Wrongful Discharge

views updated

Wrongful Discharge

An at-will employee's cause of action against his former employer, alleging that his dischargee was in violation of state or federal antidiscrimination statutes, public policy, an implied contract or an implied covenant of good faith and fair dealing.

Office of Senator Mark Dayton v. Hanson

Rarely does the U.S. Supreme Court issue more than a paragraph when it denies certiorari (review) of a case. Not so in Office of Senator Mark Dayton v. Hanson, No. 06-618, 550 U.S. ____ (2007). In a pointed but unanimous six-page opinion, the high court took the time to explain why it lacked jurisdiction to review the case. (Chief Justice Roberts recused himself, as he had previously participated in the case while sitting as a judge on the D.C. Circuit.)

U.S. Senator Mark Dayton's office was appealing an adverse decision by the local federal district court of its motion for summary judgment based on immunity from suit. The office had been sued for wrongful termination by a former employee, Brad Hanson, who had worked for the one-term Senator's 2000 campaign in Minnesota. He eventually became Dayton's State Office Manager, but in 2002, requested three weeks' medical leave for heart surgery and recuperation. While on medical leave, Hanson was contacted by a fellow staffer and told not to return to work.

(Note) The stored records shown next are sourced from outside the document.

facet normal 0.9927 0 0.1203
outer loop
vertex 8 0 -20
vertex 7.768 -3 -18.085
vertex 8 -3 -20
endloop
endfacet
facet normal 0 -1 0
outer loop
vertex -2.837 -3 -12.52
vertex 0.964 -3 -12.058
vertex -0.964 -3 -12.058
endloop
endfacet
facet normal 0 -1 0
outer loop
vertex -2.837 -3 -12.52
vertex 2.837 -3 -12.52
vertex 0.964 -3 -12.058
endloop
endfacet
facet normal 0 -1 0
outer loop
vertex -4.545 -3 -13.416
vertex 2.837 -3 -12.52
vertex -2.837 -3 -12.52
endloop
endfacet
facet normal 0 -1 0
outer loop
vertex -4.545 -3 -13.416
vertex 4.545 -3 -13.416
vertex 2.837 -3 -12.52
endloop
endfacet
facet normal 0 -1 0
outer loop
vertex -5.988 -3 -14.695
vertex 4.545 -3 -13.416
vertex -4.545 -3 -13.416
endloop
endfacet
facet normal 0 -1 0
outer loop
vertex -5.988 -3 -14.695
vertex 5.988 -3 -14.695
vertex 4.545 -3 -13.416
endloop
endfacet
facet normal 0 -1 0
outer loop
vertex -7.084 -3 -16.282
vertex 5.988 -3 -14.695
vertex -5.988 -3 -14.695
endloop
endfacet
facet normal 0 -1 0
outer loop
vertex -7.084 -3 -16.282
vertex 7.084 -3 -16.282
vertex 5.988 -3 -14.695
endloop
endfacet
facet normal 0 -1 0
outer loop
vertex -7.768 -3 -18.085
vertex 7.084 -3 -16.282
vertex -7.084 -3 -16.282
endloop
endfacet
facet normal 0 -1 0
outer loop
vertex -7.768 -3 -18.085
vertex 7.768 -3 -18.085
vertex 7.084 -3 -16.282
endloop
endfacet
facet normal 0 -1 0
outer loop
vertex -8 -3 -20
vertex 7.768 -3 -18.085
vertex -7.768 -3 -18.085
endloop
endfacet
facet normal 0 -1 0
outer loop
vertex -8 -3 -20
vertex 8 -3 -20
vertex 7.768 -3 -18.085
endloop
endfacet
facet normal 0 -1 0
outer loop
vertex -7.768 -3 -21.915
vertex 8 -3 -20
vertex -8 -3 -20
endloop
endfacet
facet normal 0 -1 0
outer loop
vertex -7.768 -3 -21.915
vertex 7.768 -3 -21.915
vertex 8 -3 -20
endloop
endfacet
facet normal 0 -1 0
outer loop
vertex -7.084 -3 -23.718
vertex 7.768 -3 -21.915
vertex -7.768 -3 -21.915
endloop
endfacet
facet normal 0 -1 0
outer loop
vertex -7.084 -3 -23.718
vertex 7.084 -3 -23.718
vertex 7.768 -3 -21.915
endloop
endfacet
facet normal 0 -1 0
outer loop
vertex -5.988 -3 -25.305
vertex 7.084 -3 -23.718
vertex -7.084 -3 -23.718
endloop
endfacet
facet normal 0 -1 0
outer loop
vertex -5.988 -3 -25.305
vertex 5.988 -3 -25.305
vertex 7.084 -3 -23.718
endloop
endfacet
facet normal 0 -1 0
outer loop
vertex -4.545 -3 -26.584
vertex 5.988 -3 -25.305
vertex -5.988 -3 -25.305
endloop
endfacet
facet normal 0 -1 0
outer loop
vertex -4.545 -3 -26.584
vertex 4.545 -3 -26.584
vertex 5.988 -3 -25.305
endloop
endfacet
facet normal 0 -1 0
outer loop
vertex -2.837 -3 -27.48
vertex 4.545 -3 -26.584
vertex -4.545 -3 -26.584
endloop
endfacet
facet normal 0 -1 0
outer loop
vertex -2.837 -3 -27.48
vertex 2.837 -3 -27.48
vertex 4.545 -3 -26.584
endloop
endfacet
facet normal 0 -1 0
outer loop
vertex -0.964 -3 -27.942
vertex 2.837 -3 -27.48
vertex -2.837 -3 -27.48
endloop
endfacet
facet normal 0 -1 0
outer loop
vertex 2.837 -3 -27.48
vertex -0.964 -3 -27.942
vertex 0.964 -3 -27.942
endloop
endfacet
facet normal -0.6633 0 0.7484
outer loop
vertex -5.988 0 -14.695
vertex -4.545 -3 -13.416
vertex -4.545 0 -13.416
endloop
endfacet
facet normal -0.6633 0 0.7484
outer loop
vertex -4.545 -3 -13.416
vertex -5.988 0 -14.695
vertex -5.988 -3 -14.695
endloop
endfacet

Hanson subsequently sued the Senator's office for wrongful employment termination under the Family and Medical Leave Act (FMLA) and the Americans with Disabilities Act (ADA). (He also added a charge for unpaid overtime under the Fair Labor Standards Act.) Hanson claimed that the district court had jurisdiction over the case under the Congressional Accountability Act of 1995, 109 Stat. 3, as amended, 2 USC §1301 et seq. The Act is part of the "Contract with America" initiative of the Bush Administration; under its provisions, Congress subjected itself to 11 labor and employment laws that it had previously passed for private-sector employers.

In response, Dayton's office asserted immunity from suit based upon the Speech and Debate Clause of the U.S. Constitution. Article I,§6 of the U.S. Constitution states, in part, that "[f]or any Speech or Debate in either House, [the Senators and Representatives] shall not be questioned in any other Place." (The main objective of this clause is to afford members of Congress the ability to engage in legislative matters and other constitutional duties without fear of private retaliatory action or questioning by constituents.) In this case, argued the Senator's office, since Hanson worked as an assistant to Senator Dayton in performing legislative duties, forcing Dayton's office to defend against allegations would necessarily "contravene" the Speech or Debate Clause. Any personnel decisions regarding Hanson were shielded by the Clause. Dayton's office moved to dismiss the suit based on lack of subject matter jurisdiction.

The U.S. District Court for the District of Columbia denied the motion, and its decision was affirmed by the Court of Appeals for the District of Columbia Circuit. The court essentially held that the personal office of any member of Congress could be liable under the Accountability Act for misconduct, if the plaintiff could prove his or her case without inquiring into "legislative acts or the motivation for legislative acts."

On appeal to the U.S. Supreme Court, Justice Stevens, who authored the Court's opinion, first looked at §412 of the Congressional Accountability Act, which states that the U.S. Supreme Court shall have jurisdiction for direct review "from any interlocutory or final judgment, decree, or order of a court upon the constitutionality of any provision" of the Act. But, noted Justice Stevens, "Neither the order of the District Court denying appellant's motion to dismiss nor the judgment of the Court of Appeals affirming that order can fairly be characterized as a ruling 'upon the constitutionality' of any provision of the Act." Therefore, (treating appellant's jurisdictional statement as a petition for writ of certiorari), the Court found that it did not have jurisdiction under §412, denied review and dismissed the appeal.

Senator Dayton' office (the appellant ) also had argued that the Court of Appeals' holding amounted to a ruling that the Act was constitutional "as applied;" in other words, because the Court of Appeals addressed the issue, this was tantamount to acknowledging that an "as applied" constitutional holding was rendered, thereby satisfying the jurisdictional requirement. However, the Supreme Court did not embrace that interpretation. Just because the Court of Appeals determined that jurisdiction attached, despite a claim of Speech or Debate Clause immunity, did not mean that it was ruling on an issue relating to the Act's constitutionality. At best, the Court of Appeals was merely ruling on the Act's scope.

Moreover, there were no special circumstances that would justify the exercise of discretionary review by the Supreme Court. The high court expressed no opinion on the merits of the case, nor did it decide whether the entire action became moot upon the expiration of Senator Dayton's term in office (January 3, 2007).

Several lawyers, legal scholars, and professors were disappointed that the Court did not take this opportunity to shed some light on the extent of the Speech and Debate Clause, through discretionary review. The Court obviously decided this was not an appropriate case to do so. The case was returned to the district court for consideration on the merits.